Beginning with PostgreSQL 7.1 it has been possible
to control the query planner to some extent by using the explicit JOIN
syntax. To see why this matters, we first need some background.
In a simple join query, such as
SELECT * FROM a, b, c WHERE a.id = b.id AND b.ref = c.id;
the planner is free to join the given tables in any order. For
example, it could generate a query plan that joins A to B, using
the WHERE condition a.id = b.id, and then
joins C to this joined table, using the other WHERE
condition. Or it could join B to C and then join A to that result.
Or it could join A to C and then join them with B --- but that
would be inefficient, since the full Cartesian product of A and C
would have to be formed, there being no applicable condition in the
WHERE clause to allow optimization of the join. (All
joins in the PostgreSQL executor happen
between two input tables, so it's necessary to build up the result
in one or another of these fashions.) The important point is that
these different join possibilities give semantically equivalent
results but may have hugely different execution costs. Therefore,
the planner will explore all of them to try to find the most
efficient query plan.
When a query only involves two or three tables, there aren't many join
orders to worry about. But the number of possible join orders grows
exponentially as the number of tables expands. Beyond ten or so input
tables it's no longer practical to do an exhaustive search of all the
possibilities, and even for six or seven tables planning may take an
annoyingly long time. When there are too many input tables, the
PostgreSQL planner will switch from exhaustive
search to a genetic probabilistic search
through a limited number of possibilities. (The switch-over threshold is
set by the GEQO_THRESHOLD run-time
parameter described in the PostgreSQL 7.3 Administrator's Guide.)
The genetic search takes less time, but it won't
necessarily find the best possible plan.
When the query involves outer joins, the planner has much less freedom
than it does for plain (inner) joins. For example, consider
SELECT * FROM a LEFT JOIN (b JOIN c ON (b.ref = c.id)) ON (a.id = b.id);
Although this query's restrictions are superficially similar to the
previous example, the semantics are different because a row must be
emitted for each row of A that has no matching row in the join of B and C.

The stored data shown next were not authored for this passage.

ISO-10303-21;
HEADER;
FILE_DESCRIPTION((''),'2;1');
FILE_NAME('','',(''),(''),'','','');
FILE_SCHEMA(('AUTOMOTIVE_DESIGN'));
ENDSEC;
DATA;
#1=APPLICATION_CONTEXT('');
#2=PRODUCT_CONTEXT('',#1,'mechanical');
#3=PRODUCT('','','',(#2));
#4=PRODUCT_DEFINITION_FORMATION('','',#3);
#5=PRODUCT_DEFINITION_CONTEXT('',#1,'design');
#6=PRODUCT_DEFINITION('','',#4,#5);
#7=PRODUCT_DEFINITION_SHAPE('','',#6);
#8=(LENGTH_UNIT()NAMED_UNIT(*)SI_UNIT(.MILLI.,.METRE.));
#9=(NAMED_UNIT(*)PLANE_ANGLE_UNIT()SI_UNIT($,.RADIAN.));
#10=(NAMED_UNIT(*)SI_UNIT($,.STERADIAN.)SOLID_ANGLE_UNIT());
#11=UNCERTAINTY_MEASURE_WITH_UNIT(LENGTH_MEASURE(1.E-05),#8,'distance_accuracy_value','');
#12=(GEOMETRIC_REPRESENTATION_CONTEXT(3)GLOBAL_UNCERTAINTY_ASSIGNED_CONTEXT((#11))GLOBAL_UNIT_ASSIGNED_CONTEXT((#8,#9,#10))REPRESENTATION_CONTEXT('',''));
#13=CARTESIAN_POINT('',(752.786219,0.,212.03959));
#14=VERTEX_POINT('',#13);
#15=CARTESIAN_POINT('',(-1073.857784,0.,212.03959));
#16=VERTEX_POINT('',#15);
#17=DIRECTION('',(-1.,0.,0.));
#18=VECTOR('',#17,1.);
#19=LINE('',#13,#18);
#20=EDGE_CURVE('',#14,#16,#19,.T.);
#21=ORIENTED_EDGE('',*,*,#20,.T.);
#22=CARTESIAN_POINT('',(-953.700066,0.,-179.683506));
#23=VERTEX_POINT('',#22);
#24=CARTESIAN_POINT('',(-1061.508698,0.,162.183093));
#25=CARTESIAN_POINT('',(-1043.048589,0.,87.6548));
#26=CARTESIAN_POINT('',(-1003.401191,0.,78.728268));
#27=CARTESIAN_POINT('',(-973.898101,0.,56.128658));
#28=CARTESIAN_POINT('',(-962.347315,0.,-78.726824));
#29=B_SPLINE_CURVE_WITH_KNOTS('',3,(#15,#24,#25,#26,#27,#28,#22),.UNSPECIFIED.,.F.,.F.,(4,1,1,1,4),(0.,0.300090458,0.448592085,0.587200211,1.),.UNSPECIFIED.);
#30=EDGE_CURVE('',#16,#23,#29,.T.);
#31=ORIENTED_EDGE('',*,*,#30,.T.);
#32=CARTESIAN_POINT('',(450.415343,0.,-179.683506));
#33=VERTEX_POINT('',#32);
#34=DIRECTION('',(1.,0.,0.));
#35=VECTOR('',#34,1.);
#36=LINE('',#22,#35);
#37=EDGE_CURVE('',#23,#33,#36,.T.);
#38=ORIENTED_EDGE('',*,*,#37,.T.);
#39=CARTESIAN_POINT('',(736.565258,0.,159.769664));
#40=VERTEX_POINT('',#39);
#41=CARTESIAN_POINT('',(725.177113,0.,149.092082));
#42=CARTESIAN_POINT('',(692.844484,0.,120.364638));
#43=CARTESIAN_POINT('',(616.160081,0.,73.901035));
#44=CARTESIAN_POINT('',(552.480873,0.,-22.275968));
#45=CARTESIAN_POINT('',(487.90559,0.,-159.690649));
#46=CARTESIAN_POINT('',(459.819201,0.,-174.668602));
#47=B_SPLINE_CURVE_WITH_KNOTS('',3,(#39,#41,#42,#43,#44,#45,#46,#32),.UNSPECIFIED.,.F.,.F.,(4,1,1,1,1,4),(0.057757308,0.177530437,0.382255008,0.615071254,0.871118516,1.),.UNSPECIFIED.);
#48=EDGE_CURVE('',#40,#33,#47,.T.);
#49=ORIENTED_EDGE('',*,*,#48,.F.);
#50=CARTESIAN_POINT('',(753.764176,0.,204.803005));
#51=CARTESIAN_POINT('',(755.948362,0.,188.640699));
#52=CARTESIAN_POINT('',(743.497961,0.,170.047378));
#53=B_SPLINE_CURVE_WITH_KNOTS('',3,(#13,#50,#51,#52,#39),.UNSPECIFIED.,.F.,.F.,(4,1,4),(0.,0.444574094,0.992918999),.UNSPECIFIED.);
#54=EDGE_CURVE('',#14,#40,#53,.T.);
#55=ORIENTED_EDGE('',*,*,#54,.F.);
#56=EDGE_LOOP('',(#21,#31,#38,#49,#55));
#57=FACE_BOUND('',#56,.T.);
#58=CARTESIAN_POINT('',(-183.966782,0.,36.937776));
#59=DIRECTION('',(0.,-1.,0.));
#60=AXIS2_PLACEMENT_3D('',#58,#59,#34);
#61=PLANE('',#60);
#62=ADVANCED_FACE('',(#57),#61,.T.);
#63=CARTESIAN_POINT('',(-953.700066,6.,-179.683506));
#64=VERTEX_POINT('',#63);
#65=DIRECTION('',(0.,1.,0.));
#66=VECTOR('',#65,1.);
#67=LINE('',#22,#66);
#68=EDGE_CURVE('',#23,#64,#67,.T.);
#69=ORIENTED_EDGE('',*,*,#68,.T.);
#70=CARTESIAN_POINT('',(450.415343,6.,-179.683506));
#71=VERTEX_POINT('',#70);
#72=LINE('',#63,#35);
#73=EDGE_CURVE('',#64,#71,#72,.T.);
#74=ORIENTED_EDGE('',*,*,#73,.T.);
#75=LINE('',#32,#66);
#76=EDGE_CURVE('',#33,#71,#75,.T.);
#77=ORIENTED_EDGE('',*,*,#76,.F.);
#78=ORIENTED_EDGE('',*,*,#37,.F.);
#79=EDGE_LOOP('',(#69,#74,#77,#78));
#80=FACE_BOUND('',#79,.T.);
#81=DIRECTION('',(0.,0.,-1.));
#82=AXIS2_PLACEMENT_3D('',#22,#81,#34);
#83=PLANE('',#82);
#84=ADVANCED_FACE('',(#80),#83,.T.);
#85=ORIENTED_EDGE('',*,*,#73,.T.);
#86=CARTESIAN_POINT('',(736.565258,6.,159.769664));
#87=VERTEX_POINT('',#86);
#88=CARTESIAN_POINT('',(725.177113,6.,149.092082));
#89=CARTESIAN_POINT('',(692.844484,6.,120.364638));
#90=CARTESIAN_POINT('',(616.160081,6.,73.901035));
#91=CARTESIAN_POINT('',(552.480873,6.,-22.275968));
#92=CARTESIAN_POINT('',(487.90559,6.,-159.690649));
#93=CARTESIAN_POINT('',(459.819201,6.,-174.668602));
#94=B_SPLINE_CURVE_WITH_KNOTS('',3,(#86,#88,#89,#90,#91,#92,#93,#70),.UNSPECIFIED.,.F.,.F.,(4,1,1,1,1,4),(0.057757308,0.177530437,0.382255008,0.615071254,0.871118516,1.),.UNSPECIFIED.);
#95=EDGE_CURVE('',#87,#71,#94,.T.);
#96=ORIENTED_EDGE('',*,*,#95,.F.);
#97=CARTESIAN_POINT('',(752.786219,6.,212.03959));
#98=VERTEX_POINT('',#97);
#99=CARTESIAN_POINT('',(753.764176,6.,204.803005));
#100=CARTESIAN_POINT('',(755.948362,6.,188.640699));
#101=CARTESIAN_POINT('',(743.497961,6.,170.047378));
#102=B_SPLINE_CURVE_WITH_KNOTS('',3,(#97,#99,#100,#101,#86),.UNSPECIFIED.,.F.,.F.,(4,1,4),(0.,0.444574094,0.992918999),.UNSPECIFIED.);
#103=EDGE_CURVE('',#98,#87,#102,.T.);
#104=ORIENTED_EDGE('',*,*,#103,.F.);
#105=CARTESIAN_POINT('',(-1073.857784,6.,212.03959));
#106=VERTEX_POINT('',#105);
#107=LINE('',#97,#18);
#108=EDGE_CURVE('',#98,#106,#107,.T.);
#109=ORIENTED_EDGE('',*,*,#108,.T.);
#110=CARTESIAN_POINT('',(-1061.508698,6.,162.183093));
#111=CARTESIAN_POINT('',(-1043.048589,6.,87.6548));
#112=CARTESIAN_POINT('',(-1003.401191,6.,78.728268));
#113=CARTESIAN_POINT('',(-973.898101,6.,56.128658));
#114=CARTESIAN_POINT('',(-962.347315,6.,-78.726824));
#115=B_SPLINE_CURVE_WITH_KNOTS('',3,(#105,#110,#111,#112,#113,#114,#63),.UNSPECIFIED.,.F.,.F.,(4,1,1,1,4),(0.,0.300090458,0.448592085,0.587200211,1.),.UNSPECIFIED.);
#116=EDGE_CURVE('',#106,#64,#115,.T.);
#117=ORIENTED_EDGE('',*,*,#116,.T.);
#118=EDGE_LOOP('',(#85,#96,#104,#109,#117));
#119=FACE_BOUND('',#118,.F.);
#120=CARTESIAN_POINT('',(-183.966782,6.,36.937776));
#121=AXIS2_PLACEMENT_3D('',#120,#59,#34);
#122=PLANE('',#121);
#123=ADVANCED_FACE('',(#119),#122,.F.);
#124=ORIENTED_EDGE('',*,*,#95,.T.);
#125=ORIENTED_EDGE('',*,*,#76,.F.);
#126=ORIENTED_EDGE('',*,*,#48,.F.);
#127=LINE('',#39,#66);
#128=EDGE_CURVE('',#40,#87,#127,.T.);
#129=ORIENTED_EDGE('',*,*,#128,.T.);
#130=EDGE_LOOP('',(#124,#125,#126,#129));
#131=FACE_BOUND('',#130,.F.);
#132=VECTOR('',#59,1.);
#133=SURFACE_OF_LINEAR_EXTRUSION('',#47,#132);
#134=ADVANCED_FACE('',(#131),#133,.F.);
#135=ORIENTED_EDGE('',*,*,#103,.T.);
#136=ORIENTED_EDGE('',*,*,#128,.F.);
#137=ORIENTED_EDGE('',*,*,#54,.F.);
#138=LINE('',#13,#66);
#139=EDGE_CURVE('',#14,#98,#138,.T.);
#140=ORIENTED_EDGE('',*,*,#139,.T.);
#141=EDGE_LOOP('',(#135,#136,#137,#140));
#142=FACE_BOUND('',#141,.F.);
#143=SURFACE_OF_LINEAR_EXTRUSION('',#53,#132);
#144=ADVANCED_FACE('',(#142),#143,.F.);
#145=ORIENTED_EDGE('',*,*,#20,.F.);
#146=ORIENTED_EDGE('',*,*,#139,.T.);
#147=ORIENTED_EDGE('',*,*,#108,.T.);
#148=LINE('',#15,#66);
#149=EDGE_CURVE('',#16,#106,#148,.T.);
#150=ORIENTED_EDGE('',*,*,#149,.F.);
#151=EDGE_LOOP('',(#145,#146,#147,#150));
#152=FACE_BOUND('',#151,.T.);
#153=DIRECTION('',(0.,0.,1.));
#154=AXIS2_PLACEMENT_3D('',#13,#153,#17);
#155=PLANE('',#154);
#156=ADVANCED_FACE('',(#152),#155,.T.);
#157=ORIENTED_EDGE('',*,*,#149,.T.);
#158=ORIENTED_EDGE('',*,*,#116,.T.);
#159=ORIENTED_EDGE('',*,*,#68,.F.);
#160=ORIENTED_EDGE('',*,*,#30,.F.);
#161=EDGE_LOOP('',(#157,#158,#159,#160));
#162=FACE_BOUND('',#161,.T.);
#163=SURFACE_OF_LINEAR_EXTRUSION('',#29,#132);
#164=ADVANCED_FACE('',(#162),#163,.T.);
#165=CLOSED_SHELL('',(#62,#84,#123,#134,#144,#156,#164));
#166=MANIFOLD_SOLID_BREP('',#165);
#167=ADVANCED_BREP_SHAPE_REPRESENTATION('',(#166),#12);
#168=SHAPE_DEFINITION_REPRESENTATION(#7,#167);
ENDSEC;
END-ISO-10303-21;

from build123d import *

# Parameters (mm, degrees)
F2_DEPTH = 6


with BuildPart() as f2:
    # F1 (on Front) → F2 (new body)
    with BuildSketch(Plane.XZ):
        with BuildLine():
            Line((752.78621912, 212.0395898819), (-1073.8577842712, 212.0395898819))
            add(Edge.make_bspline(
                [(-1073.8577842712, 212.0395898819), (-1061.5086977382, 162.1830934895), (-1043.0485890614, 87.6548003085), (-1003.401191339, 78.7282678479), (-973.8981010889, 56.1286575368), (-962.3473153112, -78.7268235146), (-953.7000656128, -179.6835064888)],
                knots=[0, 0, 0, 0, 0.3000904584, 0.4485920849, 0.5872002114, 1, 1, 1, 1], degree=3))
            Line((-953.7000656128, -179.6835064888), (450.4153430462, -179.6835064888))
            add(Edge.make_bspline(
                [(736.5652578839, 159.7696638051), (725.1771132617, 149.0920819494), (692.8444844392, 120.3646378027), (616.1600812269, 73.9010347685), (552.4808726291, -22.2759684969), (487.9055899897, -159.690649083), (459.8192014638, -174.6686021941), (450.4153430462, -179.6835064888)],
                knots=[0.0577573075, 0.0577573075, 0.0577573075, 0.0577573075, 0.1775304373, 0.3822550082, 0.6150712544, 0.8711185163, 1, 1, 1, 1], degree=3))
            add(Edge.make_bspline(
                [(752.78621912, 212.0395898819), (753.7641763207, 204.8030051476), (755.9483618095, 188.640699318), (743.4979613071, 170.0473784292), (736.5652578839, 159.7696638051)],
                knots=[0, 0, 0, 0, 0.4445740939, 0.9929189989, 0.9929189989, 0.9929189989, 0.9929189989], degree=3))
        make_face()
    extrude(amount=-F2_DEPTH)


solid = f2.part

Therefore the planner has no choice of join order here: it must join
B to C and then join A to that result. Accordingly, this query takes
less time to plan than the previous query.
The PostgreSQL query planner treats all
explicit JOIN syntaxes as constraining the join order, even though
it is not logically necessary to make such a constraint for inner
joins. Therefore, although all of these queries give the same result:
SELECT * FROM a, b, c WHERE a.id = b.id AND b.ref = c.id;
SELECT * FROM a CROSS JOIN b CROSS JOIN c WHERE a.id = b.id AND b.ref = c.id;
SELECT * FROM a JOIN (b JOIN c ON (b.ref = c.id)) ON (a.id = b.id);
but the second and third take less time to plan than the first. This effect
is not worth worrying about for only three tables, but it can be a
lifesaver with many tables.
You do not need to constrain the join order completely in order to
cut search time, because it's OK to use JOIN operators in a plain
FROM list. For example,
SELECT * FROM a CROSS JOIN b, c, d, e WHERE ...;
forces the planner to join A to B before joining them to other tables,
but doesn't constrain its choices otherwise. In this example, the
number of possible join orders is reduced by a factor of 5.

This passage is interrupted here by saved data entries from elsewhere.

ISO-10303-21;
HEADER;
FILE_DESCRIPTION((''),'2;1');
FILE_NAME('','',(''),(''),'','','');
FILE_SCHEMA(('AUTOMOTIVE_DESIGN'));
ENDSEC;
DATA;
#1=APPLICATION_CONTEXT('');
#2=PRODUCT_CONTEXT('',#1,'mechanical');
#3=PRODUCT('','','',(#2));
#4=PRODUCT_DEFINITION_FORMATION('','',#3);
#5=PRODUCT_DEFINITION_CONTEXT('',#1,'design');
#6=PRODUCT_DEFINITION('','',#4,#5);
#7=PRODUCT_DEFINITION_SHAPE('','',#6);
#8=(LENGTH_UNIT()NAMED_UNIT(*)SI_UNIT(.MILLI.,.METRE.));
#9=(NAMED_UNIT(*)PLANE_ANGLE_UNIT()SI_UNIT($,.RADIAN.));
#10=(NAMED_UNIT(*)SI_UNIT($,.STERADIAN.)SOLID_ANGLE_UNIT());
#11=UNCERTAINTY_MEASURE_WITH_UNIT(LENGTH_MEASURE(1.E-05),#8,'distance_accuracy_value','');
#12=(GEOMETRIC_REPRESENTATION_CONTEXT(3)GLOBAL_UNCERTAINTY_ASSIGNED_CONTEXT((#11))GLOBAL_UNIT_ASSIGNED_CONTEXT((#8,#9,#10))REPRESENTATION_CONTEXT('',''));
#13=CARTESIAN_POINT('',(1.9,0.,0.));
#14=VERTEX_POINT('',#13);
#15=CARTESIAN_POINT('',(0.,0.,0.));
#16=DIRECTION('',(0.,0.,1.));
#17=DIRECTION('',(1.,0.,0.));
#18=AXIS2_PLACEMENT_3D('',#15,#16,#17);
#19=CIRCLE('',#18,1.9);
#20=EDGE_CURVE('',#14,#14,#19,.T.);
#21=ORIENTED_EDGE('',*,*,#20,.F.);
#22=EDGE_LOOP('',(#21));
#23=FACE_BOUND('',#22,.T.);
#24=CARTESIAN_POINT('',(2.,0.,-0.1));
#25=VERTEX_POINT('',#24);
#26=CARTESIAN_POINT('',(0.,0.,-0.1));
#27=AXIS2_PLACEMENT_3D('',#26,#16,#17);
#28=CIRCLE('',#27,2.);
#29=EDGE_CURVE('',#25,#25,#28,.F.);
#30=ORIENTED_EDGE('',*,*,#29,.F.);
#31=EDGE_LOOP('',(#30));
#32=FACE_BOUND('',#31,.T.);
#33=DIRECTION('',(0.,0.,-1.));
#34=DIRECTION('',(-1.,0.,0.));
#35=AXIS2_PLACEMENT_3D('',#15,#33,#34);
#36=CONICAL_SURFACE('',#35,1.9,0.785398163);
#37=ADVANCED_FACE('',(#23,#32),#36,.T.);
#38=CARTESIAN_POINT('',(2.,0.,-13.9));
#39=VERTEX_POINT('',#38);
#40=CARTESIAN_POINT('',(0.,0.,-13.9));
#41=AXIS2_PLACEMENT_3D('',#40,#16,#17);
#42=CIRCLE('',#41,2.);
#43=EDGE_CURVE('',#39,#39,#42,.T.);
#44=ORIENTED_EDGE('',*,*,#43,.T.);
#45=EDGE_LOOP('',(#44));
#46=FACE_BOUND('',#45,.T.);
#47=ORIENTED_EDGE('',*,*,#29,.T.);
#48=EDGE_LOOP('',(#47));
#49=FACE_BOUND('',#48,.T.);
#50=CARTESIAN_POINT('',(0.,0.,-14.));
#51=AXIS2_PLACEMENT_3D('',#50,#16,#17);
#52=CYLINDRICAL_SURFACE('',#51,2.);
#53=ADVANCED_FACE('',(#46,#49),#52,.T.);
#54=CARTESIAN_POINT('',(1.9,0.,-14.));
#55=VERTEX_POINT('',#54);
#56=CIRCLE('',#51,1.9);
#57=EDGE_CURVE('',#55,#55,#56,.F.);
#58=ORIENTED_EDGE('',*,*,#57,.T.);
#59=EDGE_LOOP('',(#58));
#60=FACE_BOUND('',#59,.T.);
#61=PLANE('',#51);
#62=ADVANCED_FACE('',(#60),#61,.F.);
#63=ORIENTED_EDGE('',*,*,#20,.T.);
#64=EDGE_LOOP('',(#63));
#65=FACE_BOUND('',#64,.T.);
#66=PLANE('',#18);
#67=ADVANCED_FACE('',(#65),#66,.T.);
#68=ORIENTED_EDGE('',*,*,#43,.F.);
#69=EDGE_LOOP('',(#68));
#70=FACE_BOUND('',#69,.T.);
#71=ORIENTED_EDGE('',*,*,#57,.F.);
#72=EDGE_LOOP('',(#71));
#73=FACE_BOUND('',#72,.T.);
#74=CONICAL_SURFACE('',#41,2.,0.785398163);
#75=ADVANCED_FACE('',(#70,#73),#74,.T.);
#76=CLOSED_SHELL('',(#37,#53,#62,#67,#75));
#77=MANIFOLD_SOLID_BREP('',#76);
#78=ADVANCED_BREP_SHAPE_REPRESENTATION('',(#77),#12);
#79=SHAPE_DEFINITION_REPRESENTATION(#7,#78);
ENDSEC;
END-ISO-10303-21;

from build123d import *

# Parameters (mm, degrees)
ESQUISSE1_R          = 2
BASE_EXTRUSION_DEPTH = 14
CHANFREIN1_SIZE      = 0.1


with BuildPart() as part:
    # Esquisse1 → Base-Extrusion (new body)
    with BuildSketch(Plane.XY):
        Circle(ESQUISSE1_R)
    extrude(amount=-BASE_EXTRUSION_DEPTH)

    # Chanfrein1
    chanfrein1_edges = [part.edges().sort_by_distance(p)[0] for p in [
        (-2, 0, 0),
        (-2, 0, -14),
    ]]
    chamfer(chanfrein1_edges, length=CHANFREIN1_SIZE)


solid = part.part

If you have a mix of outer and inner joins in a complex query, you
might not want to constrain the planner's search for a good ordering
of inner joins inside an outer join. You can't do that directly in the
JOIN syntax, but you can get around the syntactic limitation by using
subselects. For example,
SELECT * FROM d LEFT JOIN
(SELECT * FROM a, b, c WHERE ...) AS ss
ON (...);
Here, joining D must be the last step in the query plan, but the
planner is free to consider various join orders for A, B, C.
Constraining the planner's search in this way is a useful technique
both for reducing planning time and for directing the planner to a
good query plan. If the planner chooses a bad join order by default,
you can force it to choose a better order via JOIN syntax --- assuming
that you know of a better order, that is. Experimentation is recommended.